-- PROBLEM --
Your answer must hold only the lines below from the line containing "f 218 238 183" through the line containing "f 139 138 108", each reproduced exactly.

-- DATASET RECORDS --
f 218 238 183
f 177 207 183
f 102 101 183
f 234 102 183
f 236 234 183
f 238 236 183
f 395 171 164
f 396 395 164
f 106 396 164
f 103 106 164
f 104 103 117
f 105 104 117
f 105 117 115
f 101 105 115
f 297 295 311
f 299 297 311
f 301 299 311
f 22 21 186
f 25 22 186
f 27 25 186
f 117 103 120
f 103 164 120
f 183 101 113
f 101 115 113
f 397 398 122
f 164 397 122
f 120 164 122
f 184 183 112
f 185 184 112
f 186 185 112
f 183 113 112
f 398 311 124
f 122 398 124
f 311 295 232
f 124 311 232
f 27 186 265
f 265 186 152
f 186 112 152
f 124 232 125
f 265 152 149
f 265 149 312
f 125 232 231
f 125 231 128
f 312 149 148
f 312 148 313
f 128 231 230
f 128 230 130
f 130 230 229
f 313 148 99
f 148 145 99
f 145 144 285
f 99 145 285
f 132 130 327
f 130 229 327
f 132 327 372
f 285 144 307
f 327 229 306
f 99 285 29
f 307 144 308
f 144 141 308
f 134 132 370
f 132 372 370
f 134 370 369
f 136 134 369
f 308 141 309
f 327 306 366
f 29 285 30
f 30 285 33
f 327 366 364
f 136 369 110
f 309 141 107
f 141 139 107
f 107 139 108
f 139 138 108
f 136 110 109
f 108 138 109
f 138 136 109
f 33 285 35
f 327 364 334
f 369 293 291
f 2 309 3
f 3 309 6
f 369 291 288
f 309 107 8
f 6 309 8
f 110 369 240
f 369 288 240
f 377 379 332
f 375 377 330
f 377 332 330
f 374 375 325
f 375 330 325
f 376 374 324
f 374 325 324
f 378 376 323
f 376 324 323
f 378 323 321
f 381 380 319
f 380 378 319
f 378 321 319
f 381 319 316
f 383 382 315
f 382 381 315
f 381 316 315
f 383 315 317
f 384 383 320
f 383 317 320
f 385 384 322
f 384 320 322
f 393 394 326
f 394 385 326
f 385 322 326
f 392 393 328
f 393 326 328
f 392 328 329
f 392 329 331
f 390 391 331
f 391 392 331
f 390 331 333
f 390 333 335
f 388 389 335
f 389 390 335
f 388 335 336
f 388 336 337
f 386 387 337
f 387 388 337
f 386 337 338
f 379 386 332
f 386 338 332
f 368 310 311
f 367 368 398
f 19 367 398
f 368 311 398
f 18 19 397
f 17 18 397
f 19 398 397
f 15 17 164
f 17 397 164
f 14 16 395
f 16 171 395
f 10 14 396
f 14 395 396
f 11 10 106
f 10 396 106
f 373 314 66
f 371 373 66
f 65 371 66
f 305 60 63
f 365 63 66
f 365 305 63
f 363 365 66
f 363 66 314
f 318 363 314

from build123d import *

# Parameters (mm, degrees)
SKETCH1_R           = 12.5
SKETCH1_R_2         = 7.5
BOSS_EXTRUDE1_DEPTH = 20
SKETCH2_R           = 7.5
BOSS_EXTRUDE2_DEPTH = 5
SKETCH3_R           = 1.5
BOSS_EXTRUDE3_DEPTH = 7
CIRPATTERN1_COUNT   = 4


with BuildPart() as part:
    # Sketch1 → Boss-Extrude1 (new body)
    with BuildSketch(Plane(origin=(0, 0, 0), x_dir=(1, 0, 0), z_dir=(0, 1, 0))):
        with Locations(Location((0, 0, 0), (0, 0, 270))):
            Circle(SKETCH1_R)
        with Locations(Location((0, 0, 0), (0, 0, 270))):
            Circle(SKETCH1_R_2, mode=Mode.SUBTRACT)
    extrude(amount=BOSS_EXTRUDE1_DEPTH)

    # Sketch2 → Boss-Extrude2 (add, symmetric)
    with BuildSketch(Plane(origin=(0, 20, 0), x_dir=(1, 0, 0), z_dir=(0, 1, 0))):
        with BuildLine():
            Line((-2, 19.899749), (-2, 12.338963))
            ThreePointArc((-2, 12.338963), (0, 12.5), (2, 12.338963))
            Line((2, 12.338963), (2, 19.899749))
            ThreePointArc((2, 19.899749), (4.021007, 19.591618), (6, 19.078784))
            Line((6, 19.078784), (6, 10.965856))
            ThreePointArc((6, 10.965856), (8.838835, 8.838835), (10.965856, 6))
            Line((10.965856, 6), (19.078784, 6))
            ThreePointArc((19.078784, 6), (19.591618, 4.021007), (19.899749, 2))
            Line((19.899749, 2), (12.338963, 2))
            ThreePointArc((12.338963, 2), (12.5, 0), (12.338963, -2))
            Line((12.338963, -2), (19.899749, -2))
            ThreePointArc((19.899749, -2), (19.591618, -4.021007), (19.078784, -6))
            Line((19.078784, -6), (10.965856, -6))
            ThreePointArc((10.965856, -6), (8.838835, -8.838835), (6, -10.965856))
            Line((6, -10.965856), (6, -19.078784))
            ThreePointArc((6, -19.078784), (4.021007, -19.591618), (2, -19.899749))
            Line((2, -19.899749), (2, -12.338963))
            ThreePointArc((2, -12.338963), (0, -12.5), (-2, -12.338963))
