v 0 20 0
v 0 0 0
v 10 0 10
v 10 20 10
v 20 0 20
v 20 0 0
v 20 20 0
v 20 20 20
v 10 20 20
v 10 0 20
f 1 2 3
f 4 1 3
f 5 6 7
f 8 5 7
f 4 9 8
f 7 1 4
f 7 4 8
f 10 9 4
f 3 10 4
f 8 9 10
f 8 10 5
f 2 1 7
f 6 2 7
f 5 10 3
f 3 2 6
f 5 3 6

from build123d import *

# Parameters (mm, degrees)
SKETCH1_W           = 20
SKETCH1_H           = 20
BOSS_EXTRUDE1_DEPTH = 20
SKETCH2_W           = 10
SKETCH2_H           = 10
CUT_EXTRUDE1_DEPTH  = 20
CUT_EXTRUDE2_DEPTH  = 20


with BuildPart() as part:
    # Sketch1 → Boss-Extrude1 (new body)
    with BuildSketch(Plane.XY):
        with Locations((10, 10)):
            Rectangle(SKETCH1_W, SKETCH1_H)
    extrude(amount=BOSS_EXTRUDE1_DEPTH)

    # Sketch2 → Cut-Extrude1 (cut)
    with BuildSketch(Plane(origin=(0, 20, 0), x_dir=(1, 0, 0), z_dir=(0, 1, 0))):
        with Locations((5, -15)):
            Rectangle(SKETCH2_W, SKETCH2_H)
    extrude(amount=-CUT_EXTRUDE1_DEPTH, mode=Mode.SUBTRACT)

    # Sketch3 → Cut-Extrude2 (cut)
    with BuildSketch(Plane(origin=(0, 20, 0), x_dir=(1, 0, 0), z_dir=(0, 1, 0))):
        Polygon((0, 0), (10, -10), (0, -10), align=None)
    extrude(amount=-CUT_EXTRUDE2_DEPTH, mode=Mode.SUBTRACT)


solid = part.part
==
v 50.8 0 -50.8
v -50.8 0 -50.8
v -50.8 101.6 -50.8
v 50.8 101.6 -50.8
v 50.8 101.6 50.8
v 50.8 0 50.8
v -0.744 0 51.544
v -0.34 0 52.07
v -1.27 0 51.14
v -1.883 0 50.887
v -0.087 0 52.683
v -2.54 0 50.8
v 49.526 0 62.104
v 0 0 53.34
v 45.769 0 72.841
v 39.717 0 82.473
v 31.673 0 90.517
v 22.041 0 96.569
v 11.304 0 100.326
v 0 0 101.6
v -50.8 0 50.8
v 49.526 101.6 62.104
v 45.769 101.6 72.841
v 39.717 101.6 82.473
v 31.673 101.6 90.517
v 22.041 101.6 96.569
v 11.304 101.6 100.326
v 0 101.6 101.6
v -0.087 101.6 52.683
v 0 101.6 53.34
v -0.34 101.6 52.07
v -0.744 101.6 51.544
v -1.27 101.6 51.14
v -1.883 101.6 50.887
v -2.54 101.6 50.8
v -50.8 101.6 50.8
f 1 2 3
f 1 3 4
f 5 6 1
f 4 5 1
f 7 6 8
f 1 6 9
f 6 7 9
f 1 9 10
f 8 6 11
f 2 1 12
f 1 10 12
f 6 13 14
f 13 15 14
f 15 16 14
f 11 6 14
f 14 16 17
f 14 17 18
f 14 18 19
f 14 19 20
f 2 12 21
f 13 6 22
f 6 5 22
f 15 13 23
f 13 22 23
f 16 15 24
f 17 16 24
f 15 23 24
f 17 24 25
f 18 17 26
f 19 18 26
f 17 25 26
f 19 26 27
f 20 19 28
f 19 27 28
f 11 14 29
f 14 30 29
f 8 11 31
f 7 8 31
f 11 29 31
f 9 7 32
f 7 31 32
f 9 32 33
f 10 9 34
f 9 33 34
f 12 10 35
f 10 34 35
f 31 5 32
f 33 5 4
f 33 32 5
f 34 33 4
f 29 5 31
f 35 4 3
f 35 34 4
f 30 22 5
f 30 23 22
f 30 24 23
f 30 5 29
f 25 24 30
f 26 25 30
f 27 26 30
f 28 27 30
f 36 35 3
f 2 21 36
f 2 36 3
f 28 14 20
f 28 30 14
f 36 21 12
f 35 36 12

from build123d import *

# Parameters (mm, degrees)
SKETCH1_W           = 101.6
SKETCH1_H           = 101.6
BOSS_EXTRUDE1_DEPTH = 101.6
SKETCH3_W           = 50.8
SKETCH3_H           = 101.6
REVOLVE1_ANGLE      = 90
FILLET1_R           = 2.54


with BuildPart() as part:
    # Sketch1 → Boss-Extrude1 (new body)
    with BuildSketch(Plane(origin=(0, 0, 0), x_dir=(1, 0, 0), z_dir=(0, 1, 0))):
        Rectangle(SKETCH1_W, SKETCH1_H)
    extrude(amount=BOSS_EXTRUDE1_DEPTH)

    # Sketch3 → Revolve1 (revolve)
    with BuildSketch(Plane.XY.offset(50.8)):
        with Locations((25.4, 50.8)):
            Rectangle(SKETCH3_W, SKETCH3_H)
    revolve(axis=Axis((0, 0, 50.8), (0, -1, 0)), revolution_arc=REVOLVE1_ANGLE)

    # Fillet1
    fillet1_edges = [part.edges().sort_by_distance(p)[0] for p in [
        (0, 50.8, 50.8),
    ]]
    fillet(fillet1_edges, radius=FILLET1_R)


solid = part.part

-- ANSWER BOX --
f 218 238 183
f 177 207 183
f 102 101 183
f 234 102 183
f 236 234 183
f 238 236 183
f 395 171 164
f 396 395 164
f 106 396 164
f 103 106 164
f 104 103 117
f 105 104 117
f 105 117 115
f 101 105 115
f 297 295 311
f 299 297 311
f 301 299 311
f 22 21 186
f 25 22 186
f 27 25 186
f 117 103 120
f 103 164 120
f 183 101 113
f 101 115 113
f 397 398 122
f 164 397 122
f 120 164 122
f 184 183 112
f 185 184 112
f 186 185 112
f 183 113 112
f 398 311 124
f 122 398 124
f 311 295 232
f 124 311 232
f 27 186 265
f 265 186 152
f 186 112 152
f 124 232 125
f 265 152 149
f 265 149 312
f 125 232 231
f 125 231 128
f 312 149 148
f 312 148 313
f 128 231 230
f 128 230 130
f 130 230 229
f 313 148 99
f 148 145 99
f 145 144 285
f 99 145 285
f 132 130 327
f 130 229 327
f 132 327 372
f 285 144 307
f 327 229 306
f 99 285 29
f 307 144 308
f 144 141 308
f 134 132 370
f 132 372 370
f 134 370 369
f 136 134 369
f 308 141 309
f 327 306 366
f 29 285 30
f 30 285 33
f 327 366 364
f 136 369 110
f 309 141 107
f 141 139 107
f 107 139 108
f 139 138 108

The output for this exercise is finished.